▶ PROBLEM: Wherever the string "style" appears in the records, return the line that holds it.

▶ EXERCISE DATA:
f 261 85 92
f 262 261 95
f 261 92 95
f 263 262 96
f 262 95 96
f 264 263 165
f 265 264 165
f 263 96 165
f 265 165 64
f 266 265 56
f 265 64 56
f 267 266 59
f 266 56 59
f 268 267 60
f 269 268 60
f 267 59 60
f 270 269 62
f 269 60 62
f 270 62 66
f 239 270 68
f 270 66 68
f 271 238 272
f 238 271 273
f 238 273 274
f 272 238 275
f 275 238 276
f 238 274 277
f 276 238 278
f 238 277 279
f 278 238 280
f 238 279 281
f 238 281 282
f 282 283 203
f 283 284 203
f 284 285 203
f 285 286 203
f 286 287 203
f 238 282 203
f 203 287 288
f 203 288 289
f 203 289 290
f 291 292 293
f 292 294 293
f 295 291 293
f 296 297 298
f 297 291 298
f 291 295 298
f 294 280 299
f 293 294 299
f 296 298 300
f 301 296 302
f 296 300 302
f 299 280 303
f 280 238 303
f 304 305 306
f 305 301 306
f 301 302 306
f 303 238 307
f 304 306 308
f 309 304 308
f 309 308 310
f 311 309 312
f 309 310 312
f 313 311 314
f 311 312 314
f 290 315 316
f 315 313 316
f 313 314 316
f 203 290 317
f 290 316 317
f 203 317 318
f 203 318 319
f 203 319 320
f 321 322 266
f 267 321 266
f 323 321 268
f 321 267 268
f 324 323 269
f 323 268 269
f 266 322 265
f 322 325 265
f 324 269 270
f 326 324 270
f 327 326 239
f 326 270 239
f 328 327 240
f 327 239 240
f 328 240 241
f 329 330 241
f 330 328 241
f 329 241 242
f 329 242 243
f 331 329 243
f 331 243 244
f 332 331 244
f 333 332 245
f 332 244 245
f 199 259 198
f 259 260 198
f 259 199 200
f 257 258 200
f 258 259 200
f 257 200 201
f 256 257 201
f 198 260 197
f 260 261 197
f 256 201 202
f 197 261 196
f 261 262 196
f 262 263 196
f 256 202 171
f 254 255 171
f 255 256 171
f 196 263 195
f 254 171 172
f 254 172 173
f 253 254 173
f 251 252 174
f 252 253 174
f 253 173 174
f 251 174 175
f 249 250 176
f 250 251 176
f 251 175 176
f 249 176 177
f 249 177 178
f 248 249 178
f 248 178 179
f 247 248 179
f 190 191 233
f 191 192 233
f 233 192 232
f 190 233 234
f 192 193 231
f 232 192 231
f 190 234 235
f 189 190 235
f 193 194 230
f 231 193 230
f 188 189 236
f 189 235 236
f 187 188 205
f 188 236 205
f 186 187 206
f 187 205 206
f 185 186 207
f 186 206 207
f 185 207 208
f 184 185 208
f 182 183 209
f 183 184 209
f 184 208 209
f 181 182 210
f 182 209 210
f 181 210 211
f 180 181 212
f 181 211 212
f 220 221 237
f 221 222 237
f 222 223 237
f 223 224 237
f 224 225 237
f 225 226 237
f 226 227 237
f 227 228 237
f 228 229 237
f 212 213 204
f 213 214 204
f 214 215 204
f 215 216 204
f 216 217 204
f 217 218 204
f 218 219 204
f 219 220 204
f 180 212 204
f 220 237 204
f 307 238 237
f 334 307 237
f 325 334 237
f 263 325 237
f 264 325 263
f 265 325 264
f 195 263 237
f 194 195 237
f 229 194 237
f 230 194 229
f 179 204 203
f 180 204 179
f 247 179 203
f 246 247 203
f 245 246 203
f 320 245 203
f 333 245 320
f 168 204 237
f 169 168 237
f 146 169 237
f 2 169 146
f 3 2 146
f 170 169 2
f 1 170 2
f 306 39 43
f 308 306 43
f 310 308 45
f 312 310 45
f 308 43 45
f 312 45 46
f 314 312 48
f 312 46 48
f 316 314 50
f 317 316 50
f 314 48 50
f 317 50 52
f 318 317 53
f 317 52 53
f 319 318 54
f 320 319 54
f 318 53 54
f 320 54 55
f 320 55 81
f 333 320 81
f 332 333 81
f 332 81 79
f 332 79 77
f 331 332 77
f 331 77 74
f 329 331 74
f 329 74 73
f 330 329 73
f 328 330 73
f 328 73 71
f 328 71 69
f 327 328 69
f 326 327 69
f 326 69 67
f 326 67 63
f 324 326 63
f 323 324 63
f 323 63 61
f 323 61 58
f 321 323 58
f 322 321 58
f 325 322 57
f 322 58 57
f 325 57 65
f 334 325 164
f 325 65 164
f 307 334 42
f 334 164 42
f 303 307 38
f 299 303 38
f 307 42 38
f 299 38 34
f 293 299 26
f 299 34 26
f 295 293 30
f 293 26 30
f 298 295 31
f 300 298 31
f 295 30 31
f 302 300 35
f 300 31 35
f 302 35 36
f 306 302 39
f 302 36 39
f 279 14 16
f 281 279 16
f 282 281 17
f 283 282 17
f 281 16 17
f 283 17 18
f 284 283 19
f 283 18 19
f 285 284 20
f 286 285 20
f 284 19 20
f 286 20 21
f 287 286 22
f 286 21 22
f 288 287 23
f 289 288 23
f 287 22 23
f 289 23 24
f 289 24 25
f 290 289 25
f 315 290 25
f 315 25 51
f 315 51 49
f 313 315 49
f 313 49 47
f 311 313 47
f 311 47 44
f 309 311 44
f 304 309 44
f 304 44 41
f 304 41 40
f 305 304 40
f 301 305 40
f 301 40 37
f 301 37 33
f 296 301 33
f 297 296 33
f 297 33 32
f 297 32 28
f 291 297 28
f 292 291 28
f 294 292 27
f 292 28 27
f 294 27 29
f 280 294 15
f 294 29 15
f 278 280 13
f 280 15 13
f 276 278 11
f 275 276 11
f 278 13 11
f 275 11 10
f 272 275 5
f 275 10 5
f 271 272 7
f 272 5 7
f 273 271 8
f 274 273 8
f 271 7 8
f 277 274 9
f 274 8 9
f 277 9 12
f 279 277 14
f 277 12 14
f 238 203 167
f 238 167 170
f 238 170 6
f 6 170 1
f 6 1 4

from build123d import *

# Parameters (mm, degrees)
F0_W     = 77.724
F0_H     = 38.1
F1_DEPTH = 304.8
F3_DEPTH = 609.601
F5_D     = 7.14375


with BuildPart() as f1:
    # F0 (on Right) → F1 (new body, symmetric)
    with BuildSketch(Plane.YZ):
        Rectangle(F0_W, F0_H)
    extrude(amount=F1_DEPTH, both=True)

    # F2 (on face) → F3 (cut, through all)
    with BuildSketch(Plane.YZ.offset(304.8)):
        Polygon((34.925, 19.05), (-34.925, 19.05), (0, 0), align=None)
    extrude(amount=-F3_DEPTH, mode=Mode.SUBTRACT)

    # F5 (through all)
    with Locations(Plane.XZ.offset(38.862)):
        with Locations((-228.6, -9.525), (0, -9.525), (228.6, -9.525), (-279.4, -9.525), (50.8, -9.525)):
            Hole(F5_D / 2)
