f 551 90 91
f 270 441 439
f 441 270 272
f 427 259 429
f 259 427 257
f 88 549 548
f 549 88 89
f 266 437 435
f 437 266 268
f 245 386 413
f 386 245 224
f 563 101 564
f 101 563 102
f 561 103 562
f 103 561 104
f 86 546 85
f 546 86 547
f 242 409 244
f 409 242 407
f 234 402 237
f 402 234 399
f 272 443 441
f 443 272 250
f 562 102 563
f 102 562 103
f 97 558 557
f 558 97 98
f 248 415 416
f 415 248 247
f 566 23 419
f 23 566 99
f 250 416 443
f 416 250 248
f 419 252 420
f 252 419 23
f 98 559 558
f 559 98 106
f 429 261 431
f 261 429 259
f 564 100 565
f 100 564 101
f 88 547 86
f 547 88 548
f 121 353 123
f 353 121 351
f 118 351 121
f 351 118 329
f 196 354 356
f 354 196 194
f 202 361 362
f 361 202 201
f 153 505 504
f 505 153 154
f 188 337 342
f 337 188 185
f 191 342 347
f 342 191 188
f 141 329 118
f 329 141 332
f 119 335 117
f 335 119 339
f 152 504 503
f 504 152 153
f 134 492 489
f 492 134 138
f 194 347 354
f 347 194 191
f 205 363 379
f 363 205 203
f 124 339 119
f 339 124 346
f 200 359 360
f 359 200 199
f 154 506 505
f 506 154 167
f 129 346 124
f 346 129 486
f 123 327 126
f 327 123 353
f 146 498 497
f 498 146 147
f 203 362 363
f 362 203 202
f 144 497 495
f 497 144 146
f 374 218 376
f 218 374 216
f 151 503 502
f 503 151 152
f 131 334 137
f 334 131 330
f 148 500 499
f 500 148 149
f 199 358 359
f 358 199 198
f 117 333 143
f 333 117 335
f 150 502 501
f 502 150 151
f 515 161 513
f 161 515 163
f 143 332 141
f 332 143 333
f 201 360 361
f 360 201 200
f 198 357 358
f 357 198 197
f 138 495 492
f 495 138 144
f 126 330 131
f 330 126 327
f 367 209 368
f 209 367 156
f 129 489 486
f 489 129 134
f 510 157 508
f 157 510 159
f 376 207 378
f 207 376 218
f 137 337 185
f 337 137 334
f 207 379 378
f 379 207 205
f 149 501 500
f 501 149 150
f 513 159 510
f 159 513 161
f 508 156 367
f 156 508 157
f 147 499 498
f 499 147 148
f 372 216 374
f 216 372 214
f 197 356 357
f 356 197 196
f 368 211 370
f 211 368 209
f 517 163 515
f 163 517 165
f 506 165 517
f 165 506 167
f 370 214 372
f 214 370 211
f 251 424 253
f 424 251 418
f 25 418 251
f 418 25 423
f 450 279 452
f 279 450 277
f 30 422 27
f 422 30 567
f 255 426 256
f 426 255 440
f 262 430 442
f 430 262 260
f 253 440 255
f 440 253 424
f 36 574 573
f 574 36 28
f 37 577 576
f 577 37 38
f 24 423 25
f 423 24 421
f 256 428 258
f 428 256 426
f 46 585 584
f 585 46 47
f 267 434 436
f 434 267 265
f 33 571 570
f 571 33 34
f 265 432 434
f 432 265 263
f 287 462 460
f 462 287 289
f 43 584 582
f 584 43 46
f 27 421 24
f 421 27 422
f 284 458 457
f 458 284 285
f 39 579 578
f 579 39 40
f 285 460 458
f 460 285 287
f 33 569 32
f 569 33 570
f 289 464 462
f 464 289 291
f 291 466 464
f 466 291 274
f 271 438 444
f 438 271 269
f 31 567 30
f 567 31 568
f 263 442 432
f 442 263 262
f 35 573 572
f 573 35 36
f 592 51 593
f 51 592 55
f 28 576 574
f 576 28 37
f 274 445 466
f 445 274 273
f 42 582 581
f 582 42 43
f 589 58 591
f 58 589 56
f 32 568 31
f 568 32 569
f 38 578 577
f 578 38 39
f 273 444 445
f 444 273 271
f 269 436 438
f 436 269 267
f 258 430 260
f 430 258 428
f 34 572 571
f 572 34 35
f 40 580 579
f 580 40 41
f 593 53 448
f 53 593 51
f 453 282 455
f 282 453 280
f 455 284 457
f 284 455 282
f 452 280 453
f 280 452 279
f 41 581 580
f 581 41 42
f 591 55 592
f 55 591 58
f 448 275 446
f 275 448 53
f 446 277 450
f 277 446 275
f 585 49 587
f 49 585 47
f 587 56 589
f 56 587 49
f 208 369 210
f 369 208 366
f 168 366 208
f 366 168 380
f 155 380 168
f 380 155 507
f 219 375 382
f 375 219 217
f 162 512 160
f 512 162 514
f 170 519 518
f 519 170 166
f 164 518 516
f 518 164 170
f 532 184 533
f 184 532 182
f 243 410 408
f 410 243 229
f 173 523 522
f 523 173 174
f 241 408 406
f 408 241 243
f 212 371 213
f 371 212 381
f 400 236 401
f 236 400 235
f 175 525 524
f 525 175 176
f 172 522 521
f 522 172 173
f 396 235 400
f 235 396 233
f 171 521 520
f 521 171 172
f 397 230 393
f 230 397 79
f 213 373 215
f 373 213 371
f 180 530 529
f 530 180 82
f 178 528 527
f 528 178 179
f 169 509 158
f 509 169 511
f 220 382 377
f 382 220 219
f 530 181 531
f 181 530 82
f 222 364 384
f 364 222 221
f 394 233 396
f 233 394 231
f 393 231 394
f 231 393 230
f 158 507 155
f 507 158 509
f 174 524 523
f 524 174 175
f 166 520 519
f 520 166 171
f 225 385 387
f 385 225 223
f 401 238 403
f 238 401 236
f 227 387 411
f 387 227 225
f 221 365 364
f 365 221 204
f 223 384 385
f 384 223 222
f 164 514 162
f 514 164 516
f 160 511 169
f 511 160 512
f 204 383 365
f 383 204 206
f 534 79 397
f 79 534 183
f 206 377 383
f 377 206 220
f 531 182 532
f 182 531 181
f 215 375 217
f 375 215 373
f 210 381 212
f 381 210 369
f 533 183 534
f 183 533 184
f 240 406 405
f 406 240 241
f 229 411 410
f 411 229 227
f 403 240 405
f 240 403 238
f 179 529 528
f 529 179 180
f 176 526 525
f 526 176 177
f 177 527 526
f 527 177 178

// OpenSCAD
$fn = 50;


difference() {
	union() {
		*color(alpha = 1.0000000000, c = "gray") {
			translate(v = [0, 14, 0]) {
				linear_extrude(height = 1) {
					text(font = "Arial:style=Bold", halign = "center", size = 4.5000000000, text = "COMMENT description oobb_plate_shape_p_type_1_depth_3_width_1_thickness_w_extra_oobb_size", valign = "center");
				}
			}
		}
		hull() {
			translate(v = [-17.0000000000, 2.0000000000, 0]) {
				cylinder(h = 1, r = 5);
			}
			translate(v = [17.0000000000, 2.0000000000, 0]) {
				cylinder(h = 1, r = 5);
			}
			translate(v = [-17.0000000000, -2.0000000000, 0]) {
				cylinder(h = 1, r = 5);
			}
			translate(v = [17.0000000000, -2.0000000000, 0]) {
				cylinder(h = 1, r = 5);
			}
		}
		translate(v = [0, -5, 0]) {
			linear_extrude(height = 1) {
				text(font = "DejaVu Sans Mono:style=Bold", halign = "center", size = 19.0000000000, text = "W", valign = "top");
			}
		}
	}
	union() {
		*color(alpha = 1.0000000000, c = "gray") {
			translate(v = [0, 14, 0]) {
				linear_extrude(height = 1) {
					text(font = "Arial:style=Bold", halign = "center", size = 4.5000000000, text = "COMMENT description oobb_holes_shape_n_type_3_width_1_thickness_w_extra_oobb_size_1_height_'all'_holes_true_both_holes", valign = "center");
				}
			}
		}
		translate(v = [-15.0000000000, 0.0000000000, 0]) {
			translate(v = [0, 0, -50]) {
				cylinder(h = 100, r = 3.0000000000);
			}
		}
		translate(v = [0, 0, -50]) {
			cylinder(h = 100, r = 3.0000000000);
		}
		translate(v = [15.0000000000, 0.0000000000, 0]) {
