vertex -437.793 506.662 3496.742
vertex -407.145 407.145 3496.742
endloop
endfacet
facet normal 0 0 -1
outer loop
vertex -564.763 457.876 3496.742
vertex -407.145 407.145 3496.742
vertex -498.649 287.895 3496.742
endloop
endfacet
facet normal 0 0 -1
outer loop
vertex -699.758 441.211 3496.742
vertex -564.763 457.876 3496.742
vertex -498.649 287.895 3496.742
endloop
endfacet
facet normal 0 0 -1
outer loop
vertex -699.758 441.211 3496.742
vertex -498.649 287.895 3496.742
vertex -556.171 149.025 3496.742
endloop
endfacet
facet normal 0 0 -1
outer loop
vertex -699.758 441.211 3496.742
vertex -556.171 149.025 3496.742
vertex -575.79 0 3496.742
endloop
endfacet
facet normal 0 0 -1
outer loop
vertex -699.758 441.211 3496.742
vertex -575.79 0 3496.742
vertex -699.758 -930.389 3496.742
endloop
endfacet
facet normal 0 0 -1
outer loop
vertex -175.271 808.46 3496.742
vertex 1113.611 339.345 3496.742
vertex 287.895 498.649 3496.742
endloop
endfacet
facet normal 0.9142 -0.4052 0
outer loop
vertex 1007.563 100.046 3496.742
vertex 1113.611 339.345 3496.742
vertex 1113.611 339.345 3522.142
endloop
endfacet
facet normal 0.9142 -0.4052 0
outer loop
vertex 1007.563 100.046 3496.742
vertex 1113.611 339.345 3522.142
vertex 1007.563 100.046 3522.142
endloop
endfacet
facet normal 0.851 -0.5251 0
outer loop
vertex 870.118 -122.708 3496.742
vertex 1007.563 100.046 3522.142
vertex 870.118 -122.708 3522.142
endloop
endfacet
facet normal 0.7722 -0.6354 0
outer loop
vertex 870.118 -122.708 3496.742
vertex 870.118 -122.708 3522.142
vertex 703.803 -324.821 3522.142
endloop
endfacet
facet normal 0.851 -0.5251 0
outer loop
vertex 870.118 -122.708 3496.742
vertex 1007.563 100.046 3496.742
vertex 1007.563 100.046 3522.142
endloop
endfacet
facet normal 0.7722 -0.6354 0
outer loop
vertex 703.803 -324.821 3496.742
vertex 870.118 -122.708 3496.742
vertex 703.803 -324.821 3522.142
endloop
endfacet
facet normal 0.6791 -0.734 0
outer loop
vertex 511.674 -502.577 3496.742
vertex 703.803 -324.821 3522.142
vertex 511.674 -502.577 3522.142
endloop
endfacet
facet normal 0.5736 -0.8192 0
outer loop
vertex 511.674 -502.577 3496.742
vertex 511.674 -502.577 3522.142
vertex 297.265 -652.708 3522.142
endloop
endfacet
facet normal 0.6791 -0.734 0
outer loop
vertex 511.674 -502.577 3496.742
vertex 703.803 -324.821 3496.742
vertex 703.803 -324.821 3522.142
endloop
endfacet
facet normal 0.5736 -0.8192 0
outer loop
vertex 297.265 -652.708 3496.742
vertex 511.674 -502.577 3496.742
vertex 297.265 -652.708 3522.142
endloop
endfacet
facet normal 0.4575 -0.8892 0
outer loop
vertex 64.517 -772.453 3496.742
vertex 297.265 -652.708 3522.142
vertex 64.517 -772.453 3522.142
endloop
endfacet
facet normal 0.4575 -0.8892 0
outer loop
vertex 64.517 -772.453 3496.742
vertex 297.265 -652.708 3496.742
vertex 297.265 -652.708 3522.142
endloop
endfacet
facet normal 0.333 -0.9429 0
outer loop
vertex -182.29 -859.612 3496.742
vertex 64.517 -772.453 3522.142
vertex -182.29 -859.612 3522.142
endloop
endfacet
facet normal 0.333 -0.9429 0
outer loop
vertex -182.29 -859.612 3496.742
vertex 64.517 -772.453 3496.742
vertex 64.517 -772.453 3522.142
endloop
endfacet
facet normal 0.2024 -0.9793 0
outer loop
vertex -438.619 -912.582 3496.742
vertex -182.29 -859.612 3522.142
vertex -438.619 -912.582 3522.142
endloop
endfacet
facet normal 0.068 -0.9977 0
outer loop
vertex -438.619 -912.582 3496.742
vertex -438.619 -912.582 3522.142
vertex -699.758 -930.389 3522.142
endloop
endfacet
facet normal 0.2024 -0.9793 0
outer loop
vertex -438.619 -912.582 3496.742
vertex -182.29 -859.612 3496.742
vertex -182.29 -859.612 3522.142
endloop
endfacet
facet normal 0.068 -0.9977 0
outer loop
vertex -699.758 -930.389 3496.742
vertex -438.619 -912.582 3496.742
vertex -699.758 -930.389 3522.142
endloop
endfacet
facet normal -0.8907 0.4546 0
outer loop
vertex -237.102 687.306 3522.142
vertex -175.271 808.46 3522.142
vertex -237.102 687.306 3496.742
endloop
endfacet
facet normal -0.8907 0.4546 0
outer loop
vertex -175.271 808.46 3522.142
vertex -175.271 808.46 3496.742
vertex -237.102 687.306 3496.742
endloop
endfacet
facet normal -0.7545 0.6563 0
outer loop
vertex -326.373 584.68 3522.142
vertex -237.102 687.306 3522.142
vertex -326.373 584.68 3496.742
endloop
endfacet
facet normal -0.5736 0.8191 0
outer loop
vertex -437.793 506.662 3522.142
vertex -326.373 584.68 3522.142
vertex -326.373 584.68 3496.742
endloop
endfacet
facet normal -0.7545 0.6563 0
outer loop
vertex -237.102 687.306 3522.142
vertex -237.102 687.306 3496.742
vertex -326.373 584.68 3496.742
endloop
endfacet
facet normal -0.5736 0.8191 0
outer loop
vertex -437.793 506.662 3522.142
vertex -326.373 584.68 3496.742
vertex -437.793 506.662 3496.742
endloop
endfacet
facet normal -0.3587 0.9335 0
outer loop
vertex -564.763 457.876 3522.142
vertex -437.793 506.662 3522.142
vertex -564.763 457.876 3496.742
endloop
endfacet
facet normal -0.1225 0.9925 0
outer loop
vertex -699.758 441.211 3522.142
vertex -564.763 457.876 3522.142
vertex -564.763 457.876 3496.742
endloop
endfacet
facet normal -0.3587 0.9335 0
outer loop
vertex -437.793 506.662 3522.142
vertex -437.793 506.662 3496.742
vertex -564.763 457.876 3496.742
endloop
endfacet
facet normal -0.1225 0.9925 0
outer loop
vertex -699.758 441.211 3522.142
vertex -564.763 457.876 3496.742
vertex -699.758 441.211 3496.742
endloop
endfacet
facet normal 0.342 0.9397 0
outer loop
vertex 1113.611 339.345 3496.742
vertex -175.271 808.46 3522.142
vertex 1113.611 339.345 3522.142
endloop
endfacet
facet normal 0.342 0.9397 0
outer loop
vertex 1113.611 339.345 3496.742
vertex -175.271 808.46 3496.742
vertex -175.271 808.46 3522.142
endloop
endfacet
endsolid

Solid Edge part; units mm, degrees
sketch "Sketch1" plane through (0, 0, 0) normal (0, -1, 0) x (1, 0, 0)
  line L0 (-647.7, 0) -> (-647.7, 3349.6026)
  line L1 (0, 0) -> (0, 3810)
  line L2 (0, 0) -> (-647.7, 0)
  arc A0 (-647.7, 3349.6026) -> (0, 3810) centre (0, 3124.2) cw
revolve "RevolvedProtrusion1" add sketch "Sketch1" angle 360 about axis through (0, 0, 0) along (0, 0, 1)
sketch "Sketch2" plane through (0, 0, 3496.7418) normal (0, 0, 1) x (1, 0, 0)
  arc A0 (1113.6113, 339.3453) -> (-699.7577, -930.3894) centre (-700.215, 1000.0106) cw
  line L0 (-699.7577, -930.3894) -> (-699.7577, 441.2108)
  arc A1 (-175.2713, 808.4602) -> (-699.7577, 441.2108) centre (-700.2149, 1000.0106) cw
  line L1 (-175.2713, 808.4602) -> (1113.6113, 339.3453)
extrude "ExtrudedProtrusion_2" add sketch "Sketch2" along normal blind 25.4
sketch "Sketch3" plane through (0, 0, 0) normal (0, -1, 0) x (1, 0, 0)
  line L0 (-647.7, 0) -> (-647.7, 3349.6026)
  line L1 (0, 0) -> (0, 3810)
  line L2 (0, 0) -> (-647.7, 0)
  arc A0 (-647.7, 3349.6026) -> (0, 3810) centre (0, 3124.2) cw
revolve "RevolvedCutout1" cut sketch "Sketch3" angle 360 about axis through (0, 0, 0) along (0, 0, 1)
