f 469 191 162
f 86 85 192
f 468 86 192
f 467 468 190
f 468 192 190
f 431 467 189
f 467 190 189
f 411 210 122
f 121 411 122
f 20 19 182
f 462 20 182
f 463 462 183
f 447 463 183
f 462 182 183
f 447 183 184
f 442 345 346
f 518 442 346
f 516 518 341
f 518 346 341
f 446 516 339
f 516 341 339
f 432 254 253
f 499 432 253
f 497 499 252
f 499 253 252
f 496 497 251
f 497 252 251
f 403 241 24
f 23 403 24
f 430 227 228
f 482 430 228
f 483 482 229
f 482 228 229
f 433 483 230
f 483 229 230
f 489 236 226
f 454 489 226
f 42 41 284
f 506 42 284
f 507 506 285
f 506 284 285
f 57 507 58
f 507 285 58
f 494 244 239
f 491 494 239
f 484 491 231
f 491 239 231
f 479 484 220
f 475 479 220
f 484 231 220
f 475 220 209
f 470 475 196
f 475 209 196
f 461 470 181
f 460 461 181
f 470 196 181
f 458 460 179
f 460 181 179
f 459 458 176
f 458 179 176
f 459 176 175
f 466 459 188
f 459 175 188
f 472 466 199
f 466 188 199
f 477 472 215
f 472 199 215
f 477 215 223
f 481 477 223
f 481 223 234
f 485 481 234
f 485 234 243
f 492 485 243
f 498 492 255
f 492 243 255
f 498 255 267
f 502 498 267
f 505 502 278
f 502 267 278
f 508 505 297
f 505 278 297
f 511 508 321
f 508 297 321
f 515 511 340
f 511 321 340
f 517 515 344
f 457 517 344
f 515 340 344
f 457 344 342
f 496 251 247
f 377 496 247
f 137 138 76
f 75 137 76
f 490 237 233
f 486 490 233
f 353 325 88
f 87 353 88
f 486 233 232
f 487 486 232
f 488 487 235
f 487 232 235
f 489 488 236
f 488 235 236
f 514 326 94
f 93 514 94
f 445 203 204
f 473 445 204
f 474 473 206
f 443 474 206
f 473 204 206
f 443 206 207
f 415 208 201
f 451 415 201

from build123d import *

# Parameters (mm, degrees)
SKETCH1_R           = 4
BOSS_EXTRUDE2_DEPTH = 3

▶ RESPONSE:
					text(font = "Arial:style=Bold", halign = "center", size = 4.5000000000, text = "COMMENT description oobb_plate_shape_p_type_1_depth_3_width_1_thickness_w_extra_oobb_size", valign = "center");
				text(font = "DejaVu Sans Mono:style=Bold", halign = "center", size = 19.0000000000, text = "W", valign = "top");
					text(font = "Arial:style=Bold", halign = "center", size = 4.5000000000, text = "COMMENT description oobb_holes_shape_n_type_3_width_1_thickness_w_extra_oobb_size_1_height_'all'_holes_true_both_holes", valign = "center");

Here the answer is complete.